AMD Radeon HD 4770 CrossFire Evaluation

For near the same price as a single Radeon HD 4890 1GB video card you can install two Radeon HD 4770 video cards in a dual-GPU CrossFire configuration. The question is, "What kind of value and performance do both configurations provide and which one is going to give you the best gaming experience?"

continued...

System Test Setup

We will be using a Gigabyte EX58-UD5 motherboard, an Intel Core i7 920 Overclocked at 3.6GHz, and 6GB of Corsair TR3X6G1600C8D Dominator DDR3.
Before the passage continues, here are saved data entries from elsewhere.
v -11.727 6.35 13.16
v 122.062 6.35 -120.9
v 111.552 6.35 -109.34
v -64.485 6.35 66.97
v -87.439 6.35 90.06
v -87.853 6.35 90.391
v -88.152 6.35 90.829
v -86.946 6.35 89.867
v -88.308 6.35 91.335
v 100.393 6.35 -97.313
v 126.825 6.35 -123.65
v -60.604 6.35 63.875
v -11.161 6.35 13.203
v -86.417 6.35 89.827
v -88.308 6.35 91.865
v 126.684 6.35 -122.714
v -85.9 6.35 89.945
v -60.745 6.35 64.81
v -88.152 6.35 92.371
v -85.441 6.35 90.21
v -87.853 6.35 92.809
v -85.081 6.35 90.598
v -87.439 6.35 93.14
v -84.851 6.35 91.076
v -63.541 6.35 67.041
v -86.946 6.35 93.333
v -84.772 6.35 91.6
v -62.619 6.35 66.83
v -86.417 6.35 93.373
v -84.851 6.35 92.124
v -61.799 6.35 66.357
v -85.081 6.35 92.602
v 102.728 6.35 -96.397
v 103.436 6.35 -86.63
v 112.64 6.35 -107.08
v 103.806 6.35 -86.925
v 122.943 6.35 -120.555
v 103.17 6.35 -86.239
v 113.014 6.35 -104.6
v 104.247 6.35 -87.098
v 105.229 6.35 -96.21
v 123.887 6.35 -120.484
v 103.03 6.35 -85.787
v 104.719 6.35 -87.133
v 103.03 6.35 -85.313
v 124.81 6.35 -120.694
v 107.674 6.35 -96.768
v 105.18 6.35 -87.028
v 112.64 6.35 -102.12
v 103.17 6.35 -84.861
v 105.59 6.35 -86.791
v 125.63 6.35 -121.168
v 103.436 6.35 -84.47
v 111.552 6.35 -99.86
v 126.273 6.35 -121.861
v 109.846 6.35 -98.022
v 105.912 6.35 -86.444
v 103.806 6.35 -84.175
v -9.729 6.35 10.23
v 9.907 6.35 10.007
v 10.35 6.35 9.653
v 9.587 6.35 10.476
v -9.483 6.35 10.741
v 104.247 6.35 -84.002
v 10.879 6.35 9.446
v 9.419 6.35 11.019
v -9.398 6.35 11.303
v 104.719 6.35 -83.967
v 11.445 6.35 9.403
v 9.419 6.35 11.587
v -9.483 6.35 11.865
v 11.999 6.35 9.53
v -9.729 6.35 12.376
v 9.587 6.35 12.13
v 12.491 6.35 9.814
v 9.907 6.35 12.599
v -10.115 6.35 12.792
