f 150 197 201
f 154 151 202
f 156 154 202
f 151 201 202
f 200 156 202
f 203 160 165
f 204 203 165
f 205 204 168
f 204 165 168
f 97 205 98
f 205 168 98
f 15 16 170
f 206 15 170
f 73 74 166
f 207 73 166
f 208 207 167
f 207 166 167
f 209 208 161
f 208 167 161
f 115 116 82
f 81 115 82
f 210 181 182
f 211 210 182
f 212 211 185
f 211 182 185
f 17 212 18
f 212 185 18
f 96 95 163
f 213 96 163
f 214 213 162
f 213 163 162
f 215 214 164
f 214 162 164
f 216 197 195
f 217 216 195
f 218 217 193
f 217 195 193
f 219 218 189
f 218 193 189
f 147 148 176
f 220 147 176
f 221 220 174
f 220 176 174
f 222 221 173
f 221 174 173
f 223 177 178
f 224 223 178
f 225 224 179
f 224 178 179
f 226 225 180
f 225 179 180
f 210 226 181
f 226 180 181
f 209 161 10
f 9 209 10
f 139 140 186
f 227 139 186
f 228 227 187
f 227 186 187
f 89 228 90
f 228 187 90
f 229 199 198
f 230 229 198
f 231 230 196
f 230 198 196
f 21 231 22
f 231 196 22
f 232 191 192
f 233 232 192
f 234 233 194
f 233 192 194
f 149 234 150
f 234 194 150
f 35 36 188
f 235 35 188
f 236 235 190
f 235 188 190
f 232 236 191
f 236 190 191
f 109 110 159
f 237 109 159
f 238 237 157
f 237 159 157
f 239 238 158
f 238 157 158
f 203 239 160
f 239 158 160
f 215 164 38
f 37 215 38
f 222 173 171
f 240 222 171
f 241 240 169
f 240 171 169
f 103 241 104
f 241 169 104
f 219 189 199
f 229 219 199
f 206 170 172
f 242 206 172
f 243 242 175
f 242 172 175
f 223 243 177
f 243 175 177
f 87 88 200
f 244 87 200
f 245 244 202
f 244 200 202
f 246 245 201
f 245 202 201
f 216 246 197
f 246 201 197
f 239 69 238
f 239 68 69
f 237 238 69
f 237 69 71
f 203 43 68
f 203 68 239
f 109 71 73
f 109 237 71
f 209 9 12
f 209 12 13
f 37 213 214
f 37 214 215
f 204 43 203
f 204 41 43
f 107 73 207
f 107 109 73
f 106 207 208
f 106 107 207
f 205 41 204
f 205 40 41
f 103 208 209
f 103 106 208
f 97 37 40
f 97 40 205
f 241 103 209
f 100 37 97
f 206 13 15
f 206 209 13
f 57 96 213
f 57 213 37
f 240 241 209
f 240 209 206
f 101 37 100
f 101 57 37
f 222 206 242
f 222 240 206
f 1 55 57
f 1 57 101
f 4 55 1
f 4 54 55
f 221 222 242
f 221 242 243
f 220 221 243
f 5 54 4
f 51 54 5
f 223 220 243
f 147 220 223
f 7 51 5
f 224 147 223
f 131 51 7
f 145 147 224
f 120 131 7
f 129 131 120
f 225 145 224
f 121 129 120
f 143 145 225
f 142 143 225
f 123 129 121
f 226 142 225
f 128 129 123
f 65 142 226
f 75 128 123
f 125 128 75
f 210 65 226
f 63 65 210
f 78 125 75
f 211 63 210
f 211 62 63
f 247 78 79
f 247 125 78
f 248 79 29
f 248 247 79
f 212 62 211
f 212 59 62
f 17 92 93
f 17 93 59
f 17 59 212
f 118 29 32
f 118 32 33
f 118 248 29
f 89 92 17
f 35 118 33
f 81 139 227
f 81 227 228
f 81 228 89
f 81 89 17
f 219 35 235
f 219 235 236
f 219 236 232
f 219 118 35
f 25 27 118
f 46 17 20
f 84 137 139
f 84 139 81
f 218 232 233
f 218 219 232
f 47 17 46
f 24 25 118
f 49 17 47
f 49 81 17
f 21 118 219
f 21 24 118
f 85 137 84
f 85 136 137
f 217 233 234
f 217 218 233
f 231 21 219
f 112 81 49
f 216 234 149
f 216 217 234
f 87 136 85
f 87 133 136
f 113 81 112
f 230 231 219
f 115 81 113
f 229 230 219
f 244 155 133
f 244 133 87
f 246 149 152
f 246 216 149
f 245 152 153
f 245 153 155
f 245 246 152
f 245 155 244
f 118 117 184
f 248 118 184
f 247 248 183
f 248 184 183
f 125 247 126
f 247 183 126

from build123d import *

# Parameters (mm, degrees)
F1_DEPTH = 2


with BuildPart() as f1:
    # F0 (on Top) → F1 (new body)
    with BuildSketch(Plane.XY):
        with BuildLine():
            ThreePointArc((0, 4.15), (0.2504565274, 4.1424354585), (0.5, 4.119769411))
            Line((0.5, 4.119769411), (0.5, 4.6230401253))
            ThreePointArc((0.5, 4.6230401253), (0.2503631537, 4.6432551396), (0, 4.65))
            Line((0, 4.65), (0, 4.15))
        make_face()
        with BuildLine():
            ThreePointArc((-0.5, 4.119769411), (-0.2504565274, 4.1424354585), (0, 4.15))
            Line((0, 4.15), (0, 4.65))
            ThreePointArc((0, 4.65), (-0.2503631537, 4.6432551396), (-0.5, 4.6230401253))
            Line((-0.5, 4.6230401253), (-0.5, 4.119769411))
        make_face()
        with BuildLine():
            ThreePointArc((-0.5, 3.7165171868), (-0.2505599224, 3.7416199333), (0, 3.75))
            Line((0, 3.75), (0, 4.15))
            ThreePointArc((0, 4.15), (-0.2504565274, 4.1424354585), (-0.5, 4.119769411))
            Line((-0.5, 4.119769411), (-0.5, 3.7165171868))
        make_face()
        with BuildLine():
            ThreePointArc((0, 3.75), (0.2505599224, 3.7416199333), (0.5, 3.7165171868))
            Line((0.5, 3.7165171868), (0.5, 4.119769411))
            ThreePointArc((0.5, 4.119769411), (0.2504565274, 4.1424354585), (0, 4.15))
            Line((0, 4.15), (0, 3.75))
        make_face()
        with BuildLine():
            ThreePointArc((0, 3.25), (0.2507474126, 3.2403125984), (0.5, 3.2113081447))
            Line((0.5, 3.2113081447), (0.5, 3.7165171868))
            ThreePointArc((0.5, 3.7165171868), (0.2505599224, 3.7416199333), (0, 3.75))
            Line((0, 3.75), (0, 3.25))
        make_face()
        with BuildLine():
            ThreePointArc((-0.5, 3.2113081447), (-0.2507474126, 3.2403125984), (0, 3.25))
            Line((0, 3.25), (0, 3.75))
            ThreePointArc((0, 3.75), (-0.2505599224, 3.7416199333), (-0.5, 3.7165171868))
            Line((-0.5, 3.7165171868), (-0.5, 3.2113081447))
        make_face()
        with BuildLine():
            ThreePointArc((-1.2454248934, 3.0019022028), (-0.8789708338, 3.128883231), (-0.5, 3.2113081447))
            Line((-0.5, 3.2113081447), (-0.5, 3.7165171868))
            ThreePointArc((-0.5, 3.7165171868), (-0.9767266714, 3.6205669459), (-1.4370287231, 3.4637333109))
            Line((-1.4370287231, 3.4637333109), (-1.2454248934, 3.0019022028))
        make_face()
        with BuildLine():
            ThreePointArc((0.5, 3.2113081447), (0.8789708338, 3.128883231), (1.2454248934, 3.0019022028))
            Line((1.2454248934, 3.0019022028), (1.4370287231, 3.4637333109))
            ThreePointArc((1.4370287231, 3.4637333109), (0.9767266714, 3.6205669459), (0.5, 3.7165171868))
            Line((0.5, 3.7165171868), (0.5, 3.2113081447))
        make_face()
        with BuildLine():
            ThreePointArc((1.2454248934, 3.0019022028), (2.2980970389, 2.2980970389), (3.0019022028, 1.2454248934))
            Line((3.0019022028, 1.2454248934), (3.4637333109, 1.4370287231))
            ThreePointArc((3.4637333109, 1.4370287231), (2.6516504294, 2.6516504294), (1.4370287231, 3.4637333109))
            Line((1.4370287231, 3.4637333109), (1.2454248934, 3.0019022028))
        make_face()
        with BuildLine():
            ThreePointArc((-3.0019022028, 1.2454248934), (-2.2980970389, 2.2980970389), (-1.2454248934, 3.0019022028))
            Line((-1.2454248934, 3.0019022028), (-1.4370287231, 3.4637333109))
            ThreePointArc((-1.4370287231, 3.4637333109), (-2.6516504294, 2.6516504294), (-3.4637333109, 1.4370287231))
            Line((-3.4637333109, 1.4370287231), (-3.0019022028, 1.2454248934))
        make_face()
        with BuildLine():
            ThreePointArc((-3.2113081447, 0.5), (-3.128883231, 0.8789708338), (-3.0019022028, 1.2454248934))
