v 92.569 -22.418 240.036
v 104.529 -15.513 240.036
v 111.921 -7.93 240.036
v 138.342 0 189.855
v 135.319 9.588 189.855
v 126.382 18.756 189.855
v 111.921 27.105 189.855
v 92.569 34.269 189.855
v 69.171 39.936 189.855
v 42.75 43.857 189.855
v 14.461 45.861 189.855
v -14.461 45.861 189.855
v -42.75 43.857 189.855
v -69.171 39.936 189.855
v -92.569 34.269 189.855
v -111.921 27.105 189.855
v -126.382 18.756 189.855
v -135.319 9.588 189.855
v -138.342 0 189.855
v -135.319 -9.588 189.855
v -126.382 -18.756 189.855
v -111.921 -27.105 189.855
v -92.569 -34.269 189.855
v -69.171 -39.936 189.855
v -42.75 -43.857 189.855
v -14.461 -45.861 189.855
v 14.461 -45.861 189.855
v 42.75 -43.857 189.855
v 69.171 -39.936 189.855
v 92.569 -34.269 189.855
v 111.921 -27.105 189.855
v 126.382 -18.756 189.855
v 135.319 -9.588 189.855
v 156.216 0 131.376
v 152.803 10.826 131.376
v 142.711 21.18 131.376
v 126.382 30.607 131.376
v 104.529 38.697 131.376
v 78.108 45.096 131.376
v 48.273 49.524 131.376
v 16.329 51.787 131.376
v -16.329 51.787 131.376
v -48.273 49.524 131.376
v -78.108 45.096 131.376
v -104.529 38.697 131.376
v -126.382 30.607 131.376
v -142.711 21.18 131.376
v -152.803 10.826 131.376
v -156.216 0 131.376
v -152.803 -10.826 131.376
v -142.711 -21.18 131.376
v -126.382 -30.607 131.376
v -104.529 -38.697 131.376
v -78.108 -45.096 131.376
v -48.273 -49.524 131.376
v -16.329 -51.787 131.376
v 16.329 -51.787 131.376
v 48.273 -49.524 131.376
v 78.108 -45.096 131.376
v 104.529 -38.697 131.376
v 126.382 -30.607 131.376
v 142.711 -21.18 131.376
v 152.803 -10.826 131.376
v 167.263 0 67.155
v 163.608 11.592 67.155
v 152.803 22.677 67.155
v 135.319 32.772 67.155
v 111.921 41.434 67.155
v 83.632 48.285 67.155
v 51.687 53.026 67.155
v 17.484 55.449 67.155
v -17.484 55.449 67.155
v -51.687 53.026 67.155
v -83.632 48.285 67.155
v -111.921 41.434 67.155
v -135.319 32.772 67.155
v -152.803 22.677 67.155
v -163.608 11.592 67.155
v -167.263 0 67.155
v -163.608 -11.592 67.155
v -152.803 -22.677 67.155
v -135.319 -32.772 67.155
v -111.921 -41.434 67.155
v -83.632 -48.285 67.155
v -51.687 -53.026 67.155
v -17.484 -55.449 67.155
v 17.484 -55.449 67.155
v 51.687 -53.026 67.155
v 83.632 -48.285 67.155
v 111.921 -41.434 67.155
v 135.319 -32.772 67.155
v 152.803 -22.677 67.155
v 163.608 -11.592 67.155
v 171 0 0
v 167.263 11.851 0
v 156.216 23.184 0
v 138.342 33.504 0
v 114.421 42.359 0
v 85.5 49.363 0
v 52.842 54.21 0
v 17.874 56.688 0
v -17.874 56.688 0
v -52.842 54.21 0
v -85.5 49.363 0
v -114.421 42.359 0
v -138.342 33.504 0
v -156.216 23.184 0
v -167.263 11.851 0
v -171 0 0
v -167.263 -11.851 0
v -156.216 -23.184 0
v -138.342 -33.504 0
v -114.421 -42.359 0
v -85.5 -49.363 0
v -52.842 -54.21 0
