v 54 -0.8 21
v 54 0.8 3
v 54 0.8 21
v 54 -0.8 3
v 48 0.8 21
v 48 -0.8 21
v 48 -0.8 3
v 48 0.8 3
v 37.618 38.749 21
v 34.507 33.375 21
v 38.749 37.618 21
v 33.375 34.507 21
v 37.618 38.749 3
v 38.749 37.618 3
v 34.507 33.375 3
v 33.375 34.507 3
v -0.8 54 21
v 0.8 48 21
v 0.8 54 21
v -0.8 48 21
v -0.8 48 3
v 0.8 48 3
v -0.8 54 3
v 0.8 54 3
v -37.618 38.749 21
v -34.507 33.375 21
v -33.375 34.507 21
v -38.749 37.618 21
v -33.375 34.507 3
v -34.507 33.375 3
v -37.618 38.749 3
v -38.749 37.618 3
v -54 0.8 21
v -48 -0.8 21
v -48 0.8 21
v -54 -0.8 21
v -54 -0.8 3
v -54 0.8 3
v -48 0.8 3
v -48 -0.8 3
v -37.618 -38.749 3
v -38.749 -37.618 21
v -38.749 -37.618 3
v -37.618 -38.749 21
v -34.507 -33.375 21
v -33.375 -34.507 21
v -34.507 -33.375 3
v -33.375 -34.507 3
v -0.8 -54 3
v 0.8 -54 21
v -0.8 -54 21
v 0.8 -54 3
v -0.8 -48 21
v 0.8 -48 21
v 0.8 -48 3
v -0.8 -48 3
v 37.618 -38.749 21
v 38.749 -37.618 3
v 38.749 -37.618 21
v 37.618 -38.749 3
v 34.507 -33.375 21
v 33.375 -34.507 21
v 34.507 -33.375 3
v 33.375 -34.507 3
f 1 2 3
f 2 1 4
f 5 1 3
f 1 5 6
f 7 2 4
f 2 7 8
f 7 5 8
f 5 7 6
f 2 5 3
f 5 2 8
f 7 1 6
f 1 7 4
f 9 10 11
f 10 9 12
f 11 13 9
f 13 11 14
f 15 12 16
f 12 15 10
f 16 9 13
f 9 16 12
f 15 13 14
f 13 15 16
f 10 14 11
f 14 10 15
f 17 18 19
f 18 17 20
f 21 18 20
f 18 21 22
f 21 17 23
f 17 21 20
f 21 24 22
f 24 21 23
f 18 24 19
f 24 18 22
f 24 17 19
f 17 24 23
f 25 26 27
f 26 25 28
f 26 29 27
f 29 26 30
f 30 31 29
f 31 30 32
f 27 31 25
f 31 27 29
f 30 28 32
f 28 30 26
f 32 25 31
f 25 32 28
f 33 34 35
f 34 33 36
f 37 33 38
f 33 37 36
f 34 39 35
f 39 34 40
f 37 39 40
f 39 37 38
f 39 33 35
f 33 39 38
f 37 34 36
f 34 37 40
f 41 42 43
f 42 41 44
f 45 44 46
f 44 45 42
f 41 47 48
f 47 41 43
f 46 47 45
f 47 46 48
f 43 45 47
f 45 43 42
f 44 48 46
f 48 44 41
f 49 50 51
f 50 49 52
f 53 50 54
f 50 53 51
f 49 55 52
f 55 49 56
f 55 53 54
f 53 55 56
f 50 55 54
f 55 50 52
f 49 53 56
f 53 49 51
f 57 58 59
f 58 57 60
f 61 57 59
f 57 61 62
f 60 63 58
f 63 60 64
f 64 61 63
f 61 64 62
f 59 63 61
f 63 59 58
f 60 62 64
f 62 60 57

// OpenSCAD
// file: 55_stage1_print_parameters.scad
/* BUDDY FILE 55 - STAGE 1 PRINT / INTERFACE PARAMETERS
All dimensions mm. Values marked PROCESS are starting points for calibration coupons. */
B1_OD=115; B1_CAVITY_D=111; B1_AIRWAY_D=70; B1_DUCT_OD=74;
B1_SHELL_R=B1_OD/2; B1_CAVITY_R=B1_CAVITY_D/2;
B1_WALL=2.0; B1_MIN_RIB=2.2; B1_MIN_WEB=1.2;
B1_FDM_SLIDE=0.30;       // PROCESS: per side, calibrate
B1_FDM_PRESS=0.10;       // PROCESS: per side, calibrate
B1_INSERT_OD=3.2;        // PLACEHOLDER for M2-class heat-set insert; replace from selected insert drawing
B1_M2_CLEAR=2.4;         // PROCESS starting clearance
B1_M2_HEAD=4.3;          // PLACEHOLDER head pocket
B1_M2_HEAD_H=1.8;
B1_POLAR_OPENING_D=74.8;
B1_CAMERA_DUCT_GAP=0.8; B1_CAMERA_SHELL_MARGIN=1.0;
B1_ROTOR_NOMINAL_R=34.6; B1_ROTOR_STATIC_RADIAL_GAP=B1_AIRWAY_D/2-B1_ROTOR_NOMINAL_R;
assert(B1_OD==115); assert(B1_CAVITY_D==111); assert(B1_AIRWAY_D==70);
assert(B1_POLAR_OPENING_D>B1_DUCT_OD);
assert(B1_ROTOR_STATIC_RADIAL_GAP>0);
echo("FILE55 Stage1 architecture OD/cavity/airway =",B1_OD,B1_CAVITY_D,B1_AIRWAY_D);
echo("PROCESS tolerances require calibration before production prints");
// main file
/* BUDDY FILE90 - SYMMETRIC VENT / REINFORCEMENT PATTERN
Cutout tool for peripheral electronics cooling. Never cuts protected propulsion duct. */
include <55_stage1_print_parameters.scad>
$fn=72;
module vent_cutouts(){for(a=[45,135,225,315])rotate([0,0,a])translate([53,0,18])rotate([0,90,0])hull(){translate([0,-4,0])cylinder(h=5,d=3,center=true);translate([0,4,0])cylinder(h=5,d=3,center=true);}}
module reinforcement_ribs(){for(a=[0:45:315])rotate([0,0,a])translate([51,0,12])cube([6,1.6,18],center=true);}
%vent_cutouts();reinforcement_ribs();
echo("FILE90 symmetric peripheral ventilation/reinforcement concept; thermal and impact validation pending");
While it might be a bit "overkill," we use the i7 9120 at 3.6GHz processor in an attempt to keep from putting our evaluation into a position of being CPU limited. Obviously, we make every effort to not use CPU limited games for video card evaluations, but the i7 920 at 3.6GHz seems to put many peoples’ minds at ease when it comes to that subject.

Article Image

We are using Windows 7 RC Build 7100 for this evaluation. We’ve got the absolute latest Catalyst 9.8 WHQL installed for all three AMD video card configurations.

Article Image

You can see we have the Catalyst 9.8 package installed, the most recent driver from AMD as of today, Monday August 17, 2009.

Article Image

CrossFire was enabled by default once we installed our drivers; we never had to interact with this driver menu option.

Article Image

GPUz confirms the clock speeds, both video cards, while they are of a different manufacturer, both have the exact same clock speeds.

Evaluation Method

We evaluate what each video card configuration can supply us in terms of a playable gaming experience while supplying the best culmination of resolution and "eye candy" graphical settings. We focus on quality and immersion of the gameplay experience rather than how many frames per second the card can get in a canned benchmark or prerecorded timedemo situation that often do not represent real gameplay like you would experience at home. Then we will follow with apples-to-apples testing in with minimum, maximum, and average framerates.